# Confused on Mixing levels, & Expression, Mod, Volume,Velocity values - How do you approach?



## Peter Costa (Jun 7, 2014)

I feel pretty lost deciding what values I'm using. I've been keeping my expression level at an average level of about 85 for mezzo-forte, 100-110 for Forte, and really only save 110+ for FF sections. I usually try to end phrases with a trail-off of about 30-40 to make it sound a little more realistic. I try to use this same scheme for velocity. Not sure where I should keep my initial CC7 level at, it seems like it depends on the patch. Mod wheel I use when I need to adjust vibrato. 

Then when it comes down to actually adjusting levels I realize I can 1) adjust the individual mic levels in the articulation, 2)the level of each articulation in the instance of Kontakt or Play, then I can 3) adjust the levels inside of the track itself, and then finally a 4) bus to the orchestrated section.
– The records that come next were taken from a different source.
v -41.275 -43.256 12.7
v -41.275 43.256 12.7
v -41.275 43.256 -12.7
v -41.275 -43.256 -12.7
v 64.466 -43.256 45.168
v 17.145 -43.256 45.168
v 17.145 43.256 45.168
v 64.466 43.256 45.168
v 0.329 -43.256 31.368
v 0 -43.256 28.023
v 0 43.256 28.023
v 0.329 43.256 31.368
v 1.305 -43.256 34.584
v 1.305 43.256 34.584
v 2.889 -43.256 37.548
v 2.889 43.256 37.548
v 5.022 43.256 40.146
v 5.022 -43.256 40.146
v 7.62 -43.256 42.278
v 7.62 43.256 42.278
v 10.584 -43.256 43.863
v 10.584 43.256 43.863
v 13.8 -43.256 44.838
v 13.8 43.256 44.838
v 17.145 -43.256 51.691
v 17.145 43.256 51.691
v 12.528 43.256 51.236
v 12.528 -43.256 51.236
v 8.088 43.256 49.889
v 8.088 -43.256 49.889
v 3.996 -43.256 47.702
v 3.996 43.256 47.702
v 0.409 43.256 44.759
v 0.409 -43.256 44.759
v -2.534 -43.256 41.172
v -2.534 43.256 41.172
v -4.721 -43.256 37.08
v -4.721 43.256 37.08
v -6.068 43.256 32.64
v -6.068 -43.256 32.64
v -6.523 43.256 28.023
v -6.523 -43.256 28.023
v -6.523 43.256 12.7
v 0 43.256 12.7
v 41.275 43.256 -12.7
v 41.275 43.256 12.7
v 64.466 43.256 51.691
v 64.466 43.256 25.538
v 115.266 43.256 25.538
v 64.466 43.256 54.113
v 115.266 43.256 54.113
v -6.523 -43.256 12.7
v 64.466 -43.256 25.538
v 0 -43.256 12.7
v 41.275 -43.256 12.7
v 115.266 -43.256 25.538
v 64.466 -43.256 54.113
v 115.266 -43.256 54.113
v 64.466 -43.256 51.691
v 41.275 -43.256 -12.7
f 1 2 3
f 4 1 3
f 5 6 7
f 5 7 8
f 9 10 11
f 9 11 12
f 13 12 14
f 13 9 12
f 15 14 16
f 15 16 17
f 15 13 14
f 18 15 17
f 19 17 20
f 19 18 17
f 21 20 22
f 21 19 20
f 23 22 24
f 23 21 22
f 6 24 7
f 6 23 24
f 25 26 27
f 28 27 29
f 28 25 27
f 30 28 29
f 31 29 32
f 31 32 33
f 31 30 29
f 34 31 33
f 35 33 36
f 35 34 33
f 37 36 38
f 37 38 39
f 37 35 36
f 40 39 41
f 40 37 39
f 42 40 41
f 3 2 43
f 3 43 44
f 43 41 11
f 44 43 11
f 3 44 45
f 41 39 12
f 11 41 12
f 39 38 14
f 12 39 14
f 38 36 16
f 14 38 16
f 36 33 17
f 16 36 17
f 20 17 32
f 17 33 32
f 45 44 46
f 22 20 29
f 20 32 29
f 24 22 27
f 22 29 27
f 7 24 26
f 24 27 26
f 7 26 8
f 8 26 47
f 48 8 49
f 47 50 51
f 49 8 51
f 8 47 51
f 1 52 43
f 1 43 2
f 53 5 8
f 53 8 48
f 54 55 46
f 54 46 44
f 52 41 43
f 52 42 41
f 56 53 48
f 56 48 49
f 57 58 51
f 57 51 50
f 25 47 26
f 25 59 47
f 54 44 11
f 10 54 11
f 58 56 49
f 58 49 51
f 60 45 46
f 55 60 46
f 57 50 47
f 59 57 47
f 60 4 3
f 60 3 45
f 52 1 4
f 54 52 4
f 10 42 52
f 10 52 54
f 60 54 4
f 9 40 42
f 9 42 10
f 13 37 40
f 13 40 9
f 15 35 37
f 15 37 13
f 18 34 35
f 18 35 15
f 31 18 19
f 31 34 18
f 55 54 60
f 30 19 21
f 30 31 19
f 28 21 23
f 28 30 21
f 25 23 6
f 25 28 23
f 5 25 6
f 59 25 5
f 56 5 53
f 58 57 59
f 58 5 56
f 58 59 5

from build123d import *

# Parameters (mm, degrees)
F1_DEPTH = 43.25595


with BuildPart() as f1:
    # F0 (on Front) → F1 (new body, symmetric)
    with BuildSketch(Plane.XZ):
        with BuildLine():
            Line((-6.523012, 28.022824), (-6.523012, 12.7))
            Line((-6.523012, 12.7), (0, 12.7))
            Line((0, 12.7), (0, 28.022824))
            ThreePointArc((0, 28.022824), (5.021654, 40.14617), (17.145, 45.167824))
            Line((17.145, 45.167824), (64.466302, 45.167824))
            Line((64.466302, 45.167824), (64.466302, 51.690836))
            Line((64.466302, 51.690836), (17.145, 51.690836))
            ThreePointArc((17.145, 51.690836), (0.409188, 44.758636), (-6.523012, 28.022824))
        make_face()
        Polygon((-6.523012, 12.7), (-41.275, 12.7), (-41.275, -12.7), (41.275, -12.7), (41.275, 12.7), (0, 12.7), align=None)
        Polygon((64.466302, 54.113042), (64.466302, 51.690836), (64.466302, 45.167824), (64.466302, 25.538042), (115.266302, 25.538042), (115.266302, 54.113042), align=None)
    extrude(amount=F1_DEPTH, both=True)


solid = f1.part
So including MIDI levels and mixing levels I have 8 different places where I can make proper adjustments. Then that doesn't even include compression, and master compression and anything else. Any help & advice would be greatly appreciated


----------



## Rctec (Jun 7, 2014)

I see you've gotten zero responses so far...

Use You Ears! That's what they are there for - stuck there, right at the side of your head...

That's the cynical, patronizing, despairing Zimmer answer. Sorry.

I realize very few people have the chance to learn through the experience of assisting in a studio or with a professional musician anymore, which bombards you with sound and knowledge like nothing else ever will. So learning about signal-flow, summing, good standards and practices to not compromise the amount of bits your sampler has left before it starts sounding like shit - all that is a lot harder to grasp, if your only source is a forum like this. Yes, you could sign up for one of those over-prized schools for DAW lessons, but ultimately, you might as well just go back to my opening sentence: Use Your Ears! (They can be quite effective in combination with an analytical brain) - If you like what you hear, its right. If you don't like what you hear, practice harder!


----------



## marclawsonmusic (Jun 7, 2014)

Hi Peter,

To keep things simple, load up a patch and just leave the volumes as-is. Then, hold a note and move the mod wheel up and down.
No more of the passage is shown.